*Exercise requirements*
From the records below, please repeat exactly the line that has "v 1.52 7.302 0", the line that has "v 1.096 -5.904 1.2", and every line between them, and nothing else.

*Records provided*

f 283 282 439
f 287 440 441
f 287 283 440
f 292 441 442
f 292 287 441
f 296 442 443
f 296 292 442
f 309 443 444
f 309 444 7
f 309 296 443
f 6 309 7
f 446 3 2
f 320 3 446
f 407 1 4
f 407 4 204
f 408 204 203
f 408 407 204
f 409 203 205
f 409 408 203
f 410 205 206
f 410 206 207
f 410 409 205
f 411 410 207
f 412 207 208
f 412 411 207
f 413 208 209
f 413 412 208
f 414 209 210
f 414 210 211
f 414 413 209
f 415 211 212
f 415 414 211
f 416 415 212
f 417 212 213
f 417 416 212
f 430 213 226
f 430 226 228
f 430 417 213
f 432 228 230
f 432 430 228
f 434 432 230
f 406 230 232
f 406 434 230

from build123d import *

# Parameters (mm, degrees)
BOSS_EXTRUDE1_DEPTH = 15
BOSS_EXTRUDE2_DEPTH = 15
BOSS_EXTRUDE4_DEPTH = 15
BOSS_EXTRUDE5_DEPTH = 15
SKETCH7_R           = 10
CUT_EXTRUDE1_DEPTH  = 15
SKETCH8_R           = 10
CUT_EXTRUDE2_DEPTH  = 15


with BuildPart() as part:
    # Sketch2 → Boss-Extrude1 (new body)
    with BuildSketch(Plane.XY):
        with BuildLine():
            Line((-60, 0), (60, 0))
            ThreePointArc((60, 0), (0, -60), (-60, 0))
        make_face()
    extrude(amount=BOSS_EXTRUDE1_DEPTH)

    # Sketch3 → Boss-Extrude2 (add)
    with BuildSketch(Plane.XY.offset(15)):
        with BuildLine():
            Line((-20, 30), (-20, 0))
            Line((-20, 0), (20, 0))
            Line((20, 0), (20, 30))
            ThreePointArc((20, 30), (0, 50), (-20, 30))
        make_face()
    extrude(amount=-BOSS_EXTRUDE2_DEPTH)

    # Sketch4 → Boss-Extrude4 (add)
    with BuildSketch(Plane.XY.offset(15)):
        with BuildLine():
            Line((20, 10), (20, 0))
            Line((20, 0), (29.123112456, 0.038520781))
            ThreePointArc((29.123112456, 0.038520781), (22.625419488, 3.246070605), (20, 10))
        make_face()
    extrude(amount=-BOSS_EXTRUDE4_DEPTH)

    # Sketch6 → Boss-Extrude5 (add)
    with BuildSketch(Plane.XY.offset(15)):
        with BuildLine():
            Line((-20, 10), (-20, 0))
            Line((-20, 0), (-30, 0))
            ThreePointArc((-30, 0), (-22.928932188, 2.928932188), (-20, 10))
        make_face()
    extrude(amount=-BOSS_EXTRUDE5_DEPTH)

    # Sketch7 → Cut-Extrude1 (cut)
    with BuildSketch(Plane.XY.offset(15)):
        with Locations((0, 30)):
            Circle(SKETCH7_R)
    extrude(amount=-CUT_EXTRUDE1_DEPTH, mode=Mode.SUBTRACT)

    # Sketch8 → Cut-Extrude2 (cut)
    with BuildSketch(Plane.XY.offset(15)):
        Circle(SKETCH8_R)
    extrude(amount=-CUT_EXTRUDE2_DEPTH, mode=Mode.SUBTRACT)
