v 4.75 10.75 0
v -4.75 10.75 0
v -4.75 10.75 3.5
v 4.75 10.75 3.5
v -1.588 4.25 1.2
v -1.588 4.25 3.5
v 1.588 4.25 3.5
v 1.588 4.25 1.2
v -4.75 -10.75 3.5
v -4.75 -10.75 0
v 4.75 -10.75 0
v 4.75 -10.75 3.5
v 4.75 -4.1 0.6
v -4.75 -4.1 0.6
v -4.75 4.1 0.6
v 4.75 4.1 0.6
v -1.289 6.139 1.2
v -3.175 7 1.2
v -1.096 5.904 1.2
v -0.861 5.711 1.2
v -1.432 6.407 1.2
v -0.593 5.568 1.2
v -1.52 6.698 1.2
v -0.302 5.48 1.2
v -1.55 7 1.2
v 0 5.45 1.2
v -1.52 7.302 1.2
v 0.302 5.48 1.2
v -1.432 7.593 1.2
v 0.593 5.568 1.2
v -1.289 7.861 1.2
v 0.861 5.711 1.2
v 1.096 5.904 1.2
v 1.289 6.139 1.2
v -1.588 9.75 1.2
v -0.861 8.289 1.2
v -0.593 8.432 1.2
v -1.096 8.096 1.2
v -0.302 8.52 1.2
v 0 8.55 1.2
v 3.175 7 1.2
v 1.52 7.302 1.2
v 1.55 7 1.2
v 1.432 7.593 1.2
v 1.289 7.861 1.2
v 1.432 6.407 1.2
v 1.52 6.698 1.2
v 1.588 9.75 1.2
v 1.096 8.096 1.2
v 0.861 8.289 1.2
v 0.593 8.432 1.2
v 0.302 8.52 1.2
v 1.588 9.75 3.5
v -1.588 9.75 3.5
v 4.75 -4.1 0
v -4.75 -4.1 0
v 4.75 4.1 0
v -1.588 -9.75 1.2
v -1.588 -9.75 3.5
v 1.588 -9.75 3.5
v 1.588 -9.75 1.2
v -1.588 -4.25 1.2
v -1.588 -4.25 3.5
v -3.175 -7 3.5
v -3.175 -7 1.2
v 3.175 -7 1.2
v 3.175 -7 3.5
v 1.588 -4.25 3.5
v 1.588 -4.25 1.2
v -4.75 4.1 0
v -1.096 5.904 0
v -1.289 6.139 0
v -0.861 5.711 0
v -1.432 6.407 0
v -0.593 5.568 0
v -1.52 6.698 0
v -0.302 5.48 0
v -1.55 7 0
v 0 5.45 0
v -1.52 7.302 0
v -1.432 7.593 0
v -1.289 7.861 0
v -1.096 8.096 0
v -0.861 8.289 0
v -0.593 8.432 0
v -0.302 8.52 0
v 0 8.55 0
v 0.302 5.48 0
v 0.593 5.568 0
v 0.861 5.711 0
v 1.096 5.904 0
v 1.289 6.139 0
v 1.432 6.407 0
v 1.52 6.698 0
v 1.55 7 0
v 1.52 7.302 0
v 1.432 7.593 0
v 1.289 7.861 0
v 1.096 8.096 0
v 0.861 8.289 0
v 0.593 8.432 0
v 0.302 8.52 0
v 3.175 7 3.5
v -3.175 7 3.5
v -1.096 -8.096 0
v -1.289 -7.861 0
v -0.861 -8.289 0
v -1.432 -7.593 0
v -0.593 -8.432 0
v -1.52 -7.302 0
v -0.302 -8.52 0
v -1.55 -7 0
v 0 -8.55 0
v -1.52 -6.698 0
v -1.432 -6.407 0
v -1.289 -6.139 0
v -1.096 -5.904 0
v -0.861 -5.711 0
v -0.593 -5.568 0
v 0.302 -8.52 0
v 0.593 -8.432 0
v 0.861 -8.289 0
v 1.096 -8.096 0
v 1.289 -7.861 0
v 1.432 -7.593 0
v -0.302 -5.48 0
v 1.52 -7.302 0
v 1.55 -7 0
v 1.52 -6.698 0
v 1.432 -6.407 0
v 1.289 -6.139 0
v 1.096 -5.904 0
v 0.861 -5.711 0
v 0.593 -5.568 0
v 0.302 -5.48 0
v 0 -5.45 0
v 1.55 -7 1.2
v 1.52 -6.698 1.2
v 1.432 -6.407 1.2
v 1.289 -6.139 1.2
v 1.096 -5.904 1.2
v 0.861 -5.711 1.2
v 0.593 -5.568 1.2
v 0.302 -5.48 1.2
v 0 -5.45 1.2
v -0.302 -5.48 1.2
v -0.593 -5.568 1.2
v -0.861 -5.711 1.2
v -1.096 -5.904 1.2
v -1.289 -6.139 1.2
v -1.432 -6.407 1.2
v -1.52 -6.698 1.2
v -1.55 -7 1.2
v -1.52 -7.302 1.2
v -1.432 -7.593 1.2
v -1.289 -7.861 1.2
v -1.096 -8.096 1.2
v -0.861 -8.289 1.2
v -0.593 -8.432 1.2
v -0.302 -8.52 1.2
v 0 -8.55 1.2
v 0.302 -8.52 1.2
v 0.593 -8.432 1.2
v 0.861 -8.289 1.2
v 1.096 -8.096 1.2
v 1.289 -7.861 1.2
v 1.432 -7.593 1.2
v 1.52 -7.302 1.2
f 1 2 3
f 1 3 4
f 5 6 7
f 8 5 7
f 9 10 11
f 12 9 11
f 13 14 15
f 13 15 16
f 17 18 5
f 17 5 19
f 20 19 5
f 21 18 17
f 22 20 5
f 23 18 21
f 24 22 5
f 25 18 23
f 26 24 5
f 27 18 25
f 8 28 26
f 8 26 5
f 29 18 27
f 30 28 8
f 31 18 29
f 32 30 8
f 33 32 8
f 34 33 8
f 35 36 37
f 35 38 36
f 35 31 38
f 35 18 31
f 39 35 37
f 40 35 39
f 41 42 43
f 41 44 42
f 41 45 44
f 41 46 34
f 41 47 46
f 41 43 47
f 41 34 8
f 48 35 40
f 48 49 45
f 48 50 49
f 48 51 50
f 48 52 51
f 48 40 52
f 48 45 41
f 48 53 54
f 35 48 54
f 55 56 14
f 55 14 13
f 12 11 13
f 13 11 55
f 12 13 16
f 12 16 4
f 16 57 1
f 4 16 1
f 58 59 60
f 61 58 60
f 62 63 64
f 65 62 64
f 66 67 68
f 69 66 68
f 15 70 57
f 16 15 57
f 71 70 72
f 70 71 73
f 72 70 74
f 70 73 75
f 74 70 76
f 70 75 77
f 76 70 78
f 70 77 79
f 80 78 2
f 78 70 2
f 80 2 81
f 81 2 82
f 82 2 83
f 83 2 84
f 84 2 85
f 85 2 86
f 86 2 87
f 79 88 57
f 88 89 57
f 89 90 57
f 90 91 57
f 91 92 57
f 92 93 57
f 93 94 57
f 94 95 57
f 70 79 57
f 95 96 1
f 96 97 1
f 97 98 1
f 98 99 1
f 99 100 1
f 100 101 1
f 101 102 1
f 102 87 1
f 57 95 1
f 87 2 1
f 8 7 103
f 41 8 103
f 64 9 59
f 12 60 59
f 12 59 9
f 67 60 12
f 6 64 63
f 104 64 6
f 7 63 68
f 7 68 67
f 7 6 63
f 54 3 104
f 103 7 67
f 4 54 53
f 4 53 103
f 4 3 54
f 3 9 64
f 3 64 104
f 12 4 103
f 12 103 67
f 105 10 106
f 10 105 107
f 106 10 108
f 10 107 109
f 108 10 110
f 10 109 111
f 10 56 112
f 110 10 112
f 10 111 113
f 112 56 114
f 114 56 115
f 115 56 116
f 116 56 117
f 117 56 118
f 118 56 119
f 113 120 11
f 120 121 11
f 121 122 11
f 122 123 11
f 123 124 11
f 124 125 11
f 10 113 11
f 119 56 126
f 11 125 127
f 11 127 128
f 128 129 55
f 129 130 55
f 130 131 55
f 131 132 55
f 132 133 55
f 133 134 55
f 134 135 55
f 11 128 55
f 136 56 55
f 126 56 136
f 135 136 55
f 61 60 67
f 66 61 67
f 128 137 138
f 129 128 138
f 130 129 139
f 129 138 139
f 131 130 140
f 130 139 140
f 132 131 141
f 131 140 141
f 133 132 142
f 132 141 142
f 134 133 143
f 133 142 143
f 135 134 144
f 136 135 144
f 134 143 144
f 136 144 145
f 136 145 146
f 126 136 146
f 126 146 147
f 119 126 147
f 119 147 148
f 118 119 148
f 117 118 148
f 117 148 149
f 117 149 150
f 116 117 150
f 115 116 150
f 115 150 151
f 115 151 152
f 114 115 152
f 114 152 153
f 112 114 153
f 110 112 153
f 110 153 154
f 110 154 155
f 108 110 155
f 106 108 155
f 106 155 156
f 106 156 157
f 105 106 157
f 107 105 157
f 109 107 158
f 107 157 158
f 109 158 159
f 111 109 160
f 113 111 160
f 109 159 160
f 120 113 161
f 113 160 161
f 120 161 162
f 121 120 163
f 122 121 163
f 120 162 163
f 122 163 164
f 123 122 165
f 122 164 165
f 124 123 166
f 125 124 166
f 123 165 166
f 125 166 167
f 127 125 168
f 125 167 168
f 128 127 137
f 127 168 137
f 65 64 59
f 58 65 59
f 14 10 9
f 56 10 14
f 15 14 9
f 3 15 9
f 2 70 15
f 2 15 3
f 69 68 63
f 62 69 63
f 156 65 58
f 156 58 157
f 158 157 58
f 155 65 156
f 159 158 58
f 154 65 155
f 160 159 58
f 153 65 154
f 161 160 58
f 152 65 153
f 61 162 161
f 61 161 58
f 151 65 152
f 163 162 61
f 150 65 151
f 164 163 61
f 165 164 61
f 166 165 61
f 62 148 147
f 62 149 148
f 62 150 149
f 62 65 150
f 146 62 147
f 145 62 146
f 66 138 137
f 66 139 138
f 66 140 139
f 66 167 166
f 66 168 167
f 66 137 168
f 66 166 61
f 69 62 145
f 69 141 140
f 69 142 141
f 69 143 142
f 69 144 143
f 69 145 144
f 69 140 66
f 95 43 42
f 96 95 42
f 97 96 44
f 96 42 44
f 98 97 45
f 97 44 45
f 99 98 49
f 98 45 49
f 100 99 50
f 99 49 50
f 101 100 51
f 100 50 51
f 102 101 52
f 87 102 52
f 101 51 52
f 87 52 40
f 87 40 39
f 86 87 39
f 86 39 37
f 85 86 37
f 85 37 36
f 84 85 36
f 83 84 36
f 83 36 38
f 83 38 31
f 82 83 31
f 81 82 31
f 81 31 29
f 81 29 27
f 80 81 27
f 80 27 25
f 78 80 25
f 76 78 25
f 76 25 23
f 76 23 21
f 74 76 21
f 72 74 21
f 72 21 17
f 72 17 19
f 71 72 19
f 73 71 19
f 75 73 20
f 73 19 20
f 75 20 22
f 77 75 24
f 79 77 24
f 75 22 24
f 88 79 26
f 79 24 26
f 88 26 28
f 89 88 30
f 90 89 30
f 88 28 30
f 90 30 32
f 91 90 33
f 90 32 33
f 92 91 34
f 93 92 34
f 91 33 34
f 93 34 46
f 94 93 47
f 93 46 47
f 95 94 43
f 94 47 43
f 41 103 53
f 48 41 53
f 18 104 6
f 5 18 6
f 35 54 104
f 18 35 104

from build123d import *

# Parameters (mm, degrees)
F0_W     = 9.5
F0_H     = 21.5
F1_DEPTH = 3.5
F2_R     = 1.55
F3_DEPTH = 3.5
F4_W     = 9.5
F4_H     = 8.2
F5_DEPTH = 0.6
F7_DEPTH = 2.3


with BuildPart() as f1:
    # F0 (on Top) → F1 (new body)
    with BuildSketch(Plane.XY):
        Rectangle(F0_W, F0_H)
    extrude(amount=F1_DEPTH)

    # F2 (on face) → F3 (cut, through all)
    with BuildSketch(Plane.XY.offset(3.5)):
        with Locations((0, 7)):
            Circle(F2_R)
        with Locations((0, -7)):
            Circle(F2_R)
    extrude(amount=-F3_DEPTH, mode=Mode.SUBTRACT)

    # F4 (on face) → F5 (cut)
    with BuildSketch(Plane(origin=(0, 0, 0), x_dir=(1, 0, 0), z_dir=(0, 0, -1))):
        Rectangle(F4_W, F4_H)
    extrude(amount=-F5_DEPTH, mode=Mode.SUBTRACT)

    # F6 (on face) → F7 (cut)
    with BuildSketch(Plane.XY.offset(3.5)):
        Polygon((1.587713, 4.25), (3.175426, 7), (1.587713, 9.75), (-1.587713, 9.75), (-3.175426, 7), (-1.587713, 4.25), align=None)
        Polygon((1.587713, -9.75), (3.175426, -7), (1.587713, -4.25), (-1.587713, -4.25), (-3.175426, -7), (-1.587713, -9.75), align=None)
    extrude(amount=-F7_DEPTH, mode=Mode.SUBTRACT)


solid = f1.part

*Response for this exercise*
v 1.52 7.302 0
v 1.432 7.593 0
v 1.289 7.861 0
v 1.096 8.096 0
v 0.861 8.289 0
v 0.593 8.432 0
v 0.302 8.52 0
v 3.175 7 3.5
v -3.175 7 3.5
v -1.096 -8.096 0
v -1.289 -7.861 0
v -0.861 -8.289 0
v -1.432 -7.593 0
v -0.593 -8.432 0
v -1.52 -7.302 0
v -0.302 -8.52 0
v -1.55 -7 0
v 0 -8.55 0
v -1.52 -6.698 0
v -1.432 -6.407 0
v -1.289 -6.139 0
v -1.096 -5.904 0
v -0.861 -5.711 0
v -0.593 -5.568 0
v 0.302 -8.52 0
v 0.593 -8.432 0
v 0.861 -8.289 0
v 1.096 -8.096 0
v 1.289 -7.861 0
v 1.432 -7.593 0
v -0.302 -5.48 0
v 1.52 -7.302 0
v 1.55 -7 0
v 1.52 -6.698 0
v 1.432 -6.407 0
v 1.289 -6.139 0
v 1.096 -5.904 0
v 0.861 -5.711 0
v 0.593 -5.568 0
v 0.302 -5.48 0
v 0 -5.45 0
v 1.55 -7 1.2
v 1.52 -6.698 1.2
v 1.432 -6.407 1.2
v 1.289 -6.139 1.2
v 1.096 -5.904 1.2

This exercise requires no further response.